Not long after getting onto I40 we pulled into a truck stop for a rest break and comfort stop. The wife soon noticed the...aaahhh...ladies and not being naive realized what they were doing. I spared her by not telling her the term generally used in the industry was 'lot lizards'.

We continued east and stopped in Holbrook at a Denny's restaurant just before 6:00am for breakfast. Along the way passed a huge power station that I not previously noticed during the day time. Kind of hard to miss in the early hours.

----------


## BoganInParasite

Darn, thought the alignment of portrait mode photos had been sorted. Sorry about that one, no repeats through the rest of the thread.

----------


## BoganInParasite

We continued east on I40 towards Albuquerque, crossing the high plateau country of upper eastern Arizona, actually an extension of the Colorado plateau.

----------


## BoganInParasite



----------


## BoganInParasite

We crossed into New Mexico just before 7:30am.

----------


## BoganInParasite

Saw hundreds of these on a large property just to the south of the interstate. Could not work out what they were. My best guess was concrete reinforced armory but there was little evidence of perimeter security. We had a lot of ground to cover this first day and didn't stop to take a closer look.

----------


## BoganInParasite

We crossed into Texas just before 3:00pm and continued on to a northern Texas visitors centre in Amarillo.

----------


## BoganInParasite

This part of Texas and indeed large portions of northern Texas have vast wind farms with hundreds of them.

----------


## BoganInParasite

On the western side of Groom is this huge cross. It is a landmark for a major Christian ministry school.

----------


## BoganInParasite

On the eastern side of Groom is the Leaning Tower of Texas. Not sure when we crossed into Oklahoma but we arrived at our hotel in Weatherford around 8:00pm. We had driven 935 miles, not a bad effort. (That is not the further-est I've driven in a day. Back in the mid-90s when I was living in Denver once drove 985 miles to most of the way across Nevada.)

----------


## BoganInParasite

Day 2 started early as well. We were on the road before daylight and intending to get breakfast in the northern suburbs of Oklahoma City while skirting the city centre and navigating towards interstate 44 towards Tulsa. I recall it was raining and reasonably close to the chosen restaurant I took a wrong turn that cost us 10 minutes to fix. My bad mood wasn't improved when after breakfast we found ourselves on a turnpike heading towards Tulsa. While we were moving fast I was low on fuel and not sure we had sufficient cash to pay for the turnpike when we got to the end of it. Thankfully there was a small service centre before the end where we got gas and cash and determined we could pay by credit or debit card in need.

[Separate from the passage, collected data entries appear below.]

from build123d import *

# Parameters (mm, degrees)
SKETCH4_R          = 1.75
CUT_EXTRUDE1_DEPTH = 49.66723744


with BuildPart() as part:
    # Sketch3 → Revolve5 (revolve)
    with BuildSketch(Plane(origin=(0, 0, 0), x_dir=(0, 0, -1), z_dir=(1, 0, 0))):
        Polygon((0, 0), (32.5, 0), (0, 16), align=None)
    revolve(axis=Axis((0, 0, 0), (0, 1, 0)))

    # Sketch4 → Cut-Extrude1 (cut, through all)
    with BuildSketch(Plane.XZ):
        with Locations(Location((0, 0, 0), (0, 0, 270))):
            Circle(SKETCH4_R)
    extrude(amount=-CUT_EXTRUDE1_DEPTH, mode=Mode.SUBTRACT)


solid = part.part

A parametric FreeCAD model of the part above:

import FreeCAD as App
import Part
import Sketcher

V = App.Vector
Q = App.Units.Quantity


def add_polygon(sketch, points):
    """Adds a closed chain of lines whose ends are joined by coincident constraints."""
    first, n = sketch.GeometryCount, len(points)
    for a, b in zip(points, points[1:] + points[:1]):
        sketch.addGeometry(Part.LineSegment(App.Vector(*a, 0), App.Vector(*b, 0)), False)
    for i in range(n):
        sketch.addConstraint(Sketcher.Constraint("Coincident", first + i, 2, first + (i + 1) % n, 1))

doc = App.newDocument("Part")
params = doc.addObject("Spreadsheet::Sheet", "Params")
for row, (alias, value) in enumerate([
    ("sketch1_width", "16 mm"),
    ("sketch1_height", "32.5 mm"),
    ("revolution_angle", "360 deg"),
    ("sketch2_diameter", "3.5 mm"),
], start=1):
    params.set(f"A{row}", alias)
    params.set(f"B{row}", "=" + value)
    params.setAlias(f"B{row}", alias)

body = doc.addObject("PartDesign::Body", "Body")

# Sketch on YZ plane
sketch1 = body.newObject("Sketcher::SketchObject", "Sketch")
sketch1.AttachmentSupport = (doc.getObject("YZ_Plane"), [""])
sketch1.MapMode = "FlatFace"
add_polygon(sketch1, [(0, 0), (0, -32.5), (16, 0)])  # lines 0-2
sketch1.addConstraint(Sketcher.Constraint("Vertical", 0))
sketch1.addConstraint(Sketcher.Constraint("Horizontal", 2))
sketch1.addConstraint(Sketcher.Constraint("Coincident", 2, 2, -1, 1))
sketch1.addConstraint(Sketcher.Constraint("DistanceX", 2, 2, 2, 1, Q("16 mm")))
sketch1.addConstraint(Sketcher.Constraint("DistanceY", 0, 2, 0, 1, Q("32.5 mm")))
sketch1.setExpression("Constraints[6]", "Params.sketch1_width")
sketch1.setExpression("Constraints[7]", "Params.sketch1_height")
revolution = body.newObject("PartDesign::Revolution", "Revolution")
revolution.Profile = sketch1
revolution.ReferenceAxis = (sketch1, ["H_Axis"])
revolution.setExpression("Angle", "Params.revolution_angle")

# Sketch on XZ plane
sketch2 = body.newObject("Sketcher::SketchObject", "Sketch001")
sketch2.AttachmentSupport = (doc.getObject("XZ_Plane"), [""])
sketch2.MapMode = "FlatFace"
sketch2.addGeometry(Part.Circle(V(0, 0, 0), V(0, 0, 1), 1.75), False)
sketch2.addConstraint(Sketcher.Constraint("Coincident", 0, 3, -1, 1))
sketch2.addConstraint(Sketcher.Constraint("Diameter", 0, Q("3.5 mm")))
sketch2.setExpression("Constraints[1]", "Params.sketch2_diameter")
pocket1 = body.newObject("PartDesign::Pocket", "Pocket")
pocket1.Profile = sketch2
pocket1.Type = "ThroughAll"

doc.recompute()
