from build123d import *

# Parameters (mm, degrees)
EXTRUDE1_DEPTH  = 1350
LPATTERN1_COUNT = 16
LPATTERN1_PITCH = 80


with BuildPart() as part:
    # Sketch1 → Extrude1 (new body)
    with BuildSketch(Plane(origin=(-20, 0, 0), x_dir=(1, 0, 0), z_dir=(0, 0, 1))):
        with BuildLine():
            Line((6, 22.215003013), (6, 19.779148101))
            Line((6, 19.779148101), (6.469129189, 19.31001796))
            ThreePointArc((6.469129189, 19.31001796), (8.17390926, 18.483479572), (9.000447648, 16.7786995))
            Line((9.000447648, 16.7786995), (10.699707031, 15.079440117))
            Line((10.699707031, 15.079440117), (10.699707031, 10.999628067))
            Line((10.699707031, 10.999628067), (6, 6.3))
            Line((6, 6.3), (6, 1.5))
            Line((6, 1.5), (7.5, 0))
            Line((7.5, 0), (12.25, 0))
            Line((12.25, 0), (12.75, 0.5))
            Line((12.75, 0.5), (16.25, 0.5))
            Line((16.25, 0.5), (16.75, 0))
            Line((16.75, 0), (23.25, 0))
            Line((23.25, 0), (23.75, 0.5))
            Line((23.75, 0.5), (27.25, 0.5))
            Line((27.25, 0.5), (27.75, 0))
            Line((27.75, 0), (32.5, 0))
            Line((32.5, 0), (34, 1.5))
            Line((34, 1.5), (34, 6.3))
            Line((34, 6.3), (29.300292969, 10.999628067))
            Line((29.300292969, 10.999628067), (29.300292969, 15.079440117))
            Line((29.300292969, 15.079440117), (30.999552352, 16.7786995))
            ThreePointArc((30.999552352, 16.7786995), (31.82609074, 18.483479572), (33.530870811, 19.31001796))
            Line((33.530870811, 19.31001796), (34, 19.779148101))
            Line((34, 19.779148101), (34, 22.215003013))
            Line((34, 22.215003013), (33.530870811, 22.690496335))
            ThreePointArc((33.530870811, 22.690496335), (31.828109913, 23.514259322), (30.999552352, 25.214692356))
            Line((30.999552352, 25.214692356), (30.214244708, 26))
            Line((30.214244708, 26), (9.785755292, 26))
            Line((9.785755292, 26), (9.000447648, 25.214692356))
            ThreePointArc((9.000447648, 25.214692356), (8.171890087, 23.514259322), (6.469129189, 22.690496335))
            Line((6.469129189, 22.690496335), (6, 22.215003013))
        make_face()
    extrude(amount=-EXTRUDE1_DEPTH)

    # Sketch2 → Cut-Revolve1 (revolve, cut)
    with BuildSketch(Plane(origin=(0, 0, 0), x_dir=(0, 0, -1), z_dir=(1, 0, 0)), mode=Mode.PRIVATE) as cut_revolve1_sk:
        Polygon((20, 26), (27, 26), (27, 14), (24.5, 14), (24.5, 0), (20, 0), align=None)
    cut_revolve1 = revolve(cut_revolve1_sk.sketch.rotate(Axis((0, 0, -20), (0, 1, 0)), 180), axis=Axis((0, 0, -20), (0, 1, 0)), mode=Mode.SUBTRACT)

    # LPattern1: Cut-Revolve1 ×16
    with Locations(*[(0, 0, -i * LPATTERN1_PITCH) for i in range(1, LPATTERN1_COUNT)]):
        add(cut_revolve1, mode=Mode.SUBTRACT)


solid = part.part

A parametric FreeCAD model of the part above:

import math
import FreeCAD as App
import Part
import Sketcher
from FreeCAD import Vector


def add_polygon(sketch, points):
    """Adds a closed chain of lines whose ends are joined by coincident constraints."""
    first, n = sketch.GeometryCount, len(points)
    for a, b in zip(points, points[1:] + points[:1]):
        sketch.addGeometry(Part.LineSegment(App.Vector(*a, 0), App.Vector(*b, 0)), False)
    for i in range(n):
        sketch.addConstraint(Sketcher.Constraint("Coincident", first + i, 2, first + (i + 1) % n, 1))

doc = App.newDocument("Part")
body = doc.addObject("PartDesign::Body", "Body")

sketch1 = doc.addObject("Sketcher::SketchObject", "Sketch")
body.addObject(sketch1)
sketch1.AttachmentSupport = (doc.XY_Plane, [""])
sketch1.MapMode = "FlatFace"
sketch1.addGeometry(Part.LineSegment(Vector(-14, 22.215003, 0), Vector(-14, 19.779148, 0)), False)
sketch1.addGeometry(Part.LineSegment(Vector(-14, 19.779148, 0), Vector(-13.530871, 19.310018, 0)), False)
sketch1.addGeometry(Part.ArcOfCircle(Part.Circle(Vector(-13.869629, 16.439941, 0), Vector(0, 0, 1), 2.889999), math.radians(6.731535), math.radians(83.268465)), False)
sketch1.addGeometry(Part.LineSegment(Vector(-10.999552, 16.778699, 0), Vector(-9.300293, 15.07944, 0)), False)
sketch1.addGeometry(Part.LineSegment(Vector(-9.300293, 15.07944, 0), Vector(-9.300293, 10.999628, 0)), False)
sketch1.addGeometry(Part.LineSegment(Vector(-9.300293, 10.999628, 0), Vector(-14, 6.3, 0)), False)
sketch1.addGeometry(Part.LineSegment(Vector(-14, 6.3, 0), Vector(-14, 1.5, 0)), False)
sketch1.addGeometry(Part.LineSegment(Vector(-14, 1.5, 0), Vector(-12.5, 0, 0)), False)
sketch1.addGeometry(Part.LineSegment(Vector(-12.5, 0, 0), Vector(-7.75, 0, 0)), False)
sketch1.addGeometry(Part.LineSegment(Vector(-7.75, 0, 0), Vector(-7.25, 0.5, 0)), False)
sketch1.addGeometry(Part.LineSegment(Vector(-7.25, 0.5, 0), Vector(-3.75, 0.5, 0)), False)
sketch1.addGeometry(Part.LineSegment(Vector(-3.75, 0.5, 0), Vector(-3.25, 0, 0)), False)
sketch1.addGeometry(Part.LineSegment(Vector(-3.25, 0, 0), Vector(3.25, 0, 0)), False)
sketch1.addGeometry(Part.LineSegment(Vector(3.25, 0, 0), Vector(3.75, 0.5, 0)), False)
sketch1.addGeometry(Part.LineSegment(Vector(3.75, 0.5, 0), Vector(7.25, 0.5, 0)), False)
sketch1.addGeometry(Part.LineSegment(Vector(7.25, 0.5, 0), Vector(7.75, 0, 0)), False)
sketch1.addGeometry(Part.LineSegment(Vector(7.75, 0, 0), Vector(12.5, 0, 0)), False)
sketch1.addGeometry(Part.LineSegment(Vector(12.5, 0, 0), Vector(14, 1.5, 0)), False)
sketch1.addGeometry(Part.LineSegment(Vector(14, 1.5, 0), Vector(14, 6.3, 0)), False)
sketch1.addGeometry(Part.LineSegment(Vector(14, 6.3, 0), Vector(9.300293, 10.999628, 0)), False)
sketch1.addGeometry(Part.LineSegment(Vector(9.300293, 10.999628, 0), Vector(9.300293, 15.07944, 0)), False)
sketch1.addGeometry(Part.LineSegment(Vector(9.300293, 15.07944, 0), Vector(10.999552, 16.778699, 0)), False)
sketch1.addGeometry(Part.ArcOfCircle(Part.Circle(Vector(13.869629, 16.439941, 0), Vector(0, 0, 1), 2.889999), math.radians(96.731535), math.radians(173.268465)), False)
sketch1.addGeometry(Part.LineSegment(Vector(13.530871, 19.310018, 0), Vector(14, 19.779148, 0)), False)
sketch1.addGeometry(Part.LineSegment(Vector(14, 19.779148, 0), Vector(14, 22.215003, 0)), False)
sketch1.addGeometry(Part.LineSegment(Vector(14, 22.215003, 0), Vector(13.530871, 22.690496, 0)), False)
sketch1.addGeometry(Part.ArcOfCircle(Part.Circle(Vector(13.868767, 25.560674, 0), Vector(0, 0, 1), 2.889999), math.radians(-173.124228), math.radians(-96.71433)), False)
sketch1.addGeometry(Part.LineSegment(Vector(10.999552, 25.214692, 0), Vector(10.214245, 26, 0)), False)
sketch1.addGeometry(Part.LineSegment(Vector(10.214245, 26, 0), Vector(-10.214245, 26, 0)), False)
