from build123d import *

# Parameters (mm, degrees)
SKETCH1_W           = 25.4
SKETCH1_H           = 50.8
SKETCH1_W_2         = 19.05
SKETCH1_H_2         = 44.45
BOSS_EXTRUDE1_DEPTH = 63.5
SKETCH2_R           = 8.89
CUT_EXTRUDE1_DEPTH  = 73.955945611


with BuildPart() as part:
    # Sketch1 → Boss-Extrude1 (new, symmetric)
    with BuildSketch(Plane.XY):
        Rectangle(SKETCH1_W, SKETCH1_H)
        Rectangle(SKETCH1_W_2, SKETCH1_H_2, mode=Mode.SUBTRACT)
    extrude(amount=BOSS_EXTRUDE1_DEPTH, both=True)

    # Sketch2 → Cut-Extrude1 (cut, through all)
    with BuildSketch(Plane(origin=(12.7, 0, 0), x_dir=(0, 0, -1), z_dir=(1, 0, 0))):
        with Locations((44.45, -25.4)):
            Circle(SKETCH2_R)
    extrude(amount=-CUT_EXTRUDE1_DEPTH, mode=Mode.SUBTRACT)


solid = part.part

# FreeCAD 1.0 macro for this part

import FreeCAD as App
import Part
import Sketcher
from FreeCAD import Vector
Q = App.Units.Quantity

doc = App.newDocument("Part")
params = doc.addObject("Spreadsheet::Sheet", "Params")
for row, (alias, value) in enumerate([
    ("sketch1_width", "1 in"),
    ("sketch1_height", "2 in"),
    ("sketch1_width2", "0.75 in"),
    ("sketch1_height2", "1.75 in"),
    ("pad1_length", "5 in"),
    ("sketch2_diameter", "0.7 in"),
], start=1):
    params.set(f"A{row}", alias)
    params.set(f"B{row}", "=" + value)
    params.setAlias(f"B{row}", alias)

body = doc.addObject("PartDesign::Body", "Body")

# Sketch on XY plane
sketch1 = doc.addObject("Sketcher::SketchObject", "Sketch")
body.addObject(sketch1)
sketch1.AttachmentSupport = (doc.XY_Plane, [""])
sketch1.MapMode = "FlatFace"
sketch1.addGeometry(Part.LineSegment(Vector(-13, 25, 0), Vector(-13, -25, 0)), False)
sketch1.addGeometry(Part.LineSegment(Vector(-13, -25, 0), Vector(13, -25, 0)), False)
sketch1.addGeometry(Part.LineSegment(Vector(13, -25, 0), Vector(13, 25, 0)), False)
sketch1.addGeometry(Part.LineSegment(Vector(13, 25, 0), Vector(-13, 25, 0)), False)
sketch1.addGeometry(Part.LineSegment(Vector(10, -22, 0), Vector(-10, -22, 0)), False)
sketch1.addGeometry(Part.LineSegment(Vector(-10, -22, 0), Vector(-10, 22, 0)), False)
sketch1.addGeometry(Part.LineSegment(Vector(-10, 22, 0), Vector(10, 22, 0)), False)
sketch1.addGeometry(Part.LineSegment(Vector(10, 22, 0), Vector(10, -22, 0)), False)
sketch1.addConstraint(Sketcher.Constraint("Coincident", 0, 2, 1, 1))
sketch1.addConstraint(Sketcher.Constraint("Coincident", 1, 2, 2, 1))
sketch1.addConstraint(Sketcher.Constraint("Coincident", 2, 2, 3, 1))
sketch1.addConstraint(Sketcher.Constraint("Coincident", 3, 2, 0, 1))
sketch1.addConstraint(Sketcher.Constraint("Coincident", 4, 2, 5, 1))
sketch1.addConstraint(Sketcher.Constraint("Coincident", 5, 2, 6, 1))
sketch1.addConstraint(Sketcher.Constraint("Coincident", 6, 2, 7, 1))
sketch1.addConstraint(Sketcher.Constraint("Coincident", 7, 2, 4, 1))
sketch1.addConstraint(Sketcher.Constraint("Vertical", 0))
sketch1.addConstraint(Sketcher.Constraint("Horizontal", 1))
sketch1.addConstraint(Sketcher.Constraint("Vertical", 2))
sketch1.addConstraint(Sketcher.Constraint("Horizontal", 3))
sketch1.addConstraint(Sketcher.Constraint("Horizontal", 4))
sketch1.addConstraint(Sketcher.Constraint("Vertical", 5))
sketch1.addConstraint(Sketcher.Constraint("Horizontal", 6))
sketch1.addConstraint(Sketcher.Constraint("Vertical", 7))
sketch1.addConstraint(Sketcher.Constraint("Symmetric", 0, 2, 2, 2, -1, 1))
sketch1.addConstraint(Sketcher.Constraint("Symmetric", 4, 2, 6, 2, -1, 1))
sketch1.addConstraint(Sketcher.Constraint("DistanceX", 1, 1, 1, 2, Q("1 in")))
sketch1.addConstraint(Sketcher.Constraint("DistanceY", 0, 2, 0, 1, Q("2 in")))
sketch1.addConstraint(Sketcher.Constraint("DistanceX", 4, 2, 4, 1, Q("0.75 in")))
sketch1.addConstraint(Sketcher.Constraint("DistanceY", 5, 1, 5, 2, Q("1.75 in")))
sketch1.setExpression("Constraints[18]", "Params.sketch1_width")
sketch1.setExpression("Constraints[19]", "Params.sketch1_height")
sketch1.setExpression("Constraints[20]", "Params.sketch1_width2")
sketch1.setExpression("Constraints[21]", "Params.sketch1_height2")
pad1 = doc.addObject("PartDesign::Pad", "Pad")
body.addObject(pad1)
pad1.Profile = sketch1
pad1.setExpression("Length", "Params.pad1_length")
pad1.Midplane = True

# Sketch on YZ plane
sketch2 = doc.addObject("Sketcher::SketchObject", "Sketch001")
body.addObject(sketch2)
sketch2.AttachmentSupport = (doc.YZ_Plane, [""])
sketch2.MapMode = "FlatFace"
sketch2.AttachmentOffset = App.Placement(Vector(0, 0, 0.5 * 25.4), App.Rotation())
sketch2.addGeometry(Part.Circle(Vector(-25, -44, 0), Vector(0, 0, 1), 9), False)
sketch2.addConstraint(Sketcher.Constraint("Diameter", 0, Q("0.7 in")))
sketch2.addConstraint(Sketcher.Constraint("DistanceX", 0, 3, -1, 1, Q("1 in")))
sketch2.addConstraint(Sketcher.Constraint("DistanceY", 0, 3, -1, 1, Q("1.75 in")))
sketch2.setExpression("Constraints[0]", "Params.sketch2_diameter")
pocket1 = doc.addObject("PartDesign::Pocket", "Pocket")
body.addObject(pocket1)
pocket1.Profile = sketch2
pocket1.Type = "ThroughAll"

doc.recompute()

This appears to be the only photo we took of that part of the journey.

----------


## BoganInParasite

We crossed into Missouri near Joplin and were in St Louis late morning. We'd already decided we wanted to look at the The Gateway Arch and the Mississippi River. We had a bit of trouble parking because there was a baseball game in the afternoon at Busch Stadium.

----------


## BoganInParasite



----------


## BoganInParasite

Crossing the river at St Louis and we were in Illinois. We were now on interstate 70 continuing to head a bit north of east. Energy was flagging so we stopped for night 2 in Effingham. There are some quaint parts of the town however it is small with the bigger part of the town now centred on the interstate bypass. It struck me that Effingham was now probably a convenient rest or overnight location for travelers, rather than a desirably place to live. This photo collage highlights what passes for late evening colour and scenery in such a transit stop.

----------


## BoganInParasite

These photos are from two proper cameras and two iPhones. Both the proper cameras were on incorrect day/times so I've found some day 2 scenery shots to share, sorry about the out of sequence issues.

----------


## BoganInParasite

Some more St Louis shots.

----------


## BoganInParasite



----------


## BoganInParasite



----------


## BoganInParasite



----------


## BoganInParasite



----------


## BoganInParasite

Crossing the Mississippi River.

----------


## BoganInParasite

Sunset in Effingham, Illinois. Our charming hotel room vista. Day 2 was 712 miles.

----------


## BoganInParasite

Waking on day 3 in Effingham. The ducks were heading south. Hundreds and hundreds of them.

Attachment 38904

----------


## BoganInParasite

The day 3 objective was to get to the southern shore of Lake Eire. The rough plan was to take I70, I71 and I76, then turn north at Youngstown, then head north east along the shore of the lake on I90.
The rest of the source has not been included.